$$\mathbb{U}_{n\in\mathbb N^*}=\left\{\exp\left(i\frac{2\pi k}{n}\right),\,0\leq k\leq n-1\right\}$$ $$\varphi(d)=\text{card}\{k\in[[1,d]],\,\text{gcd}(k,d)=1\}$$ If $z\in\mathbb U_n$, we call order of $z$ the smallest integer $d\geq1$ such that $z^d=1$.
Let $d\in[[1,n-1]]$ such that $d|n$ (say $n=dc$ for some $c\in\mathbb N$).Show that there are exactly $\varphi(d)$ elements of order $d$ in $\mathbb{U}_n$.
I'm going to use $a\wedge b\,$ for the gcd.
$[[a,b]]$ is an integer interval.
Let $z\in\mathbb U_n$ and let it be of order $d$, then
$$z^d=\exp\left[\left(i\frac{2\pi k}{n}\right)d\right]=\exp\left(i\frac{2\pi k}{c}\right)=1$$
Since $z$ is of order $d$, $k=k'c=k'\frac nd$ for some $k'\in\mathbb N$ (or else $c$ doesn't divide $k$).
Claim: For the above to hold, we require that $k'\wedge d=1$.
Proof: Suppose that $k'\wedge d>1$, then $z=\exp\left(i\frac{2\pi k}{n}\right)=\exp\left(i\frac{2\pi k'}{d}\right)$.
Because $k'\wedge d>1$, we get $z=\exp\left(i\frac{2\pi a}{b}\right)$ where $b<d$, thus the order of $z$ is at worst $b$, and could be less if $a\wedge b>1$, which goes against the first hypothesis that the order of $z$ is $d$.
In the above, I have put $k'=a(k'\wedge d)$ and $d=b(k'\wedge d)$ for some $a,\,b\in\mathbb N$.
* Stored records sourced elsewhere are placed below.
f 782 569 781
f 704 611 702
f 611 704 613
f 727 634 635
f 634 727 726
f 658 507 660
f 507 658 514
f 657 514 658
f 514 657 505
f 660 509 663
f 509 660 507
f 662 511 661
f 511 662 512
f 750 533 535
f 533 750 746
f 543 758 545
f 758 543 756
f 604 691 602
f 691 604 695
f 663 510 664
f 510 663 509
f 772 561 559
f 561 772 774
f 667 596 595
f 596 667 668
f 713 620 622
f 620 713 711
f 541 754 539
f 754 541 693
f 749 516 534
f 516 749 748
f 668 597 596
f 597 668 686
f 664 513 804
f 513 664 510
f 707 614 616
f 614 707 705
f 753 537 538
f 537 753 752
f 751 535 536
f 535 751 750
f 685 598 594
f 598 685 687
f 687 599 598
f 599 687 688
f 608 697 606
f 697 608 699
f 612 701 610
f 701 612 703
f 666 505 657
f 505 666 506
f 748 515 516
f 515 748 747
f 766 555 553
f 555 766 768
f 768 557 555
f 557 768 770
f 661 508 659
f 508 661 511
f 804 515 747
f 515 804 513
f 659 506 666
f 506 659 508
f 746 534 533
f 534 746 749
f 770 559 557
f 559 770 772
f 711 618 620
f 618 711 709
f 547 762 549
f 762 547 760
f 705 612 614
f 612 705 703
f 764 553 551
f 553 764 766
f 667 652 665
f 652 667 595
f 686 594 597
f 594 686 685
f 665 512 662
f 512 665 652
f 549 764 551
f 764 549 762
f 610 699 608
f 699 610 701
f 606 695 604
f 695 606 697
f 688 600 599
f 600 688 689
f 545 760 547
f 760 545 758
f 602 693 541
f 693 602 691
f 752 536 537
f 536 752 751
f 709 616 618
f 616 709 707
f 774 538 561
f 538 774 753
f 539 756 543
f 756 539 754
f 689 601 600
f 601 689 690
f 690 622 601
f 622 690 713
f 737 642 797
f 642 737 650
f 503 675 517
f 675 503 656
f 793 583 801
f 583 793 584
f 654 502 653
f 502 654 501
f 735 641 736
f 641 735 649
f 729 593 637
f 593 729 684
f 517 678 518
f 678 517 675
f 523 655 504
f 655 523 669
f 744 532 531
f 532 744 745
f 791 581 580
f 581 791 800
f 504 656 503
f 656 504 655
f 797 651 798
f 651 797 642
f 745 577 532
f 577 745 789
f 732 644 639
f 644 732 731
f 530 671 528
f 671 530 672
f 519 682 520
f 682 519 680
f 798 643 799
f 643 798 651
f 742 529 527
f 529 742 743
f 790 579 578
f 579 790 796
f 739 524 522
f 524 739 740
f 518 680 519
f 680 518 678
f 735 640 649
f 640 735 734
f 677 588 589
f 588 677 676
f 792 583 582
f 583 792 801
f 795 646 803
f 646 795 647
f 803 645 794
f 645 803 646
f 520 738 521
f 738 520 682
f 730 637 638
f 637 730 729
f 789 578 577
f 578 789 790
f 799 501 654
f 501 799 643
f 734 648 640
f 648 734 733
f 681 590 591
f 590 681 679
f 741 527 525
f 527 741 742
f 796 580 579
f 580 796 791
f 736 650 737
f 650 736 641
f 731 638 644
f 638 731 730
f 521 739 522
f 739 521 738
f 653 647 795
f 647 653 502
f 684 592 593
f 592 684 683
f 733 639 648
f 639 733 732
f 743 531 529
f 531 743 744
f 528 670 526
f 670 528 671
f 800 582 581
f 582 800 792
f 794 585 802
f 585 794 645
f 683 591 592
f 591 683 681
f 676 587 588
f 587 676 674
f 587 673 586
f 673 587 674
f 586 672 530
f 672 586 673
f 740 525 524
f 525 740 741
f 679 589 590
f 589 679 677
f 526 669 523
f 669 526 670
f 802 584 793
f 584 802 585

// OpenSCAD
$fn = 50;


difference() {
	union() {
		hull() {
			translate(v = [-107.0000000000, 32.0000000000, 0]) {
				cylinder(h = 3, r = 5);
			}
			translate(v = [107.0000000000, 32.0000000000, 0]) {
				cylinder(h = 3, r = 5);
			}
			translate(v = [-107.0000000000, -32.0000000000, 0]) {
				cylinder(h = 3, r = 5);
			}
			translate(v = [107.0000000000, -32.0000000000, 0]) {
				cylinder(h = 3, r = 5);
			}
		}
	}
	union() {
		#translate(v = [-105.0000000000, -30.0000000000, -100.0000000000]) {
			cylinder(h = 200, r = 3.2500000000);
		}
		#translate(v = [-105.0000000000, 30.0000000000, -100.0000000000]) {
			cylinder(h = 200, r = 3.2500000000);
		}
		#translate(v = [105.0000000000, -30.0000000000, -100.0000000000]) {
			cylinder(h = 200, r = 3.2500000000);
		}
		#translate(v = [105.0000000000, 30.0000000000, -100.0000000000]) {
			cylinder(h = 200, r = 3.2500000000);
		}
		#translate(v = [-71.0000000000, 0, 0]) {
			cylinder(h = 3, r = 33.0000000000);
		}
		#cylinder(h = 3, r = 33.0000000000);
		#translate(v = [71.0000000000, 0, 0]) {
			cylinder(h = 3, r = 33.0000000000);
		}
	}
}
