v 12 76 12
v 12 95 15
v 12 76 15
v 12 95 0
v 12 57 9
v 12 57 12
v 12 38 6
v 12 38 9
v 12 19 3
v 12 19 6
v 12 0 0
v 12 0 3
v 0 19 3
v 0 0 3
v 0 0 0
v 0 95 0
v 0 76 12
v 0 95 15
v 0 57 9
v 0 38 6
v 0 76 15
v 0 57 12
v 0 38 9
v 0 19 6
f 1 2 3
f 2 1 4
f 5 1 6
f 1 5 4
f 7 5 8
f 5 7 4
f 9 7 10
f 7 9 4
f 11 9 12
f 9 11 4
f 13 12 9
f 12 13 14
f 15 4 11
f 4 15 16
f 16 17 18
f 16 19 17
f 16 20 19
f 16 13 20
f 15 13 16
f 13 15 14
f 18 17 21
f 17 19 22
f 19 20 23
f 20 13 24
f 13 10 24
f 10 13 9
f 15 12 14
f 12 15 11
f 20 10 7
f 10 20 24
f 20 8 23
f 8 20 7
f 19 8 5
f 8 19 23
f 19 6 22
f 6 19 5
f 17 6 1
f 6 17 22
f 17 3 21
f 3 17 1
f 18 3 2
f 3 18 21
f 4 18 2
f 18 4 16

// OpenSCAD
NumberofSteps = 5;
WidthofStep = 12;
DepthofStep = 19;
HeightofStep =3;

for(Step = [1:NumberofSteps])
{
translate([0,DepthofStep*(Step-1),0])
cube([WidthofStep,DepthofStep,HeightofStep*Step]);
}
There are $\varphi(d)$ of such $k'$, therefore:
there are exactly $\varphi(d)$ elements of order $d$ in $\mathbb{U}_n$
If anything is amiss, then please let me know. Thank you for your time!
In short, this is true because $U_n\cong\Bbb Z_n$.
And a basic fact about cyclic groups is that $|g|=d\implies |g^k|=\dfrac d{(d,k)}$. It follows by taking a generator that there's a unique cyclic subgroup of order $d$ for every $d$ dividing $n$, and that there are $\varphi(d)$ generators for that subgroup.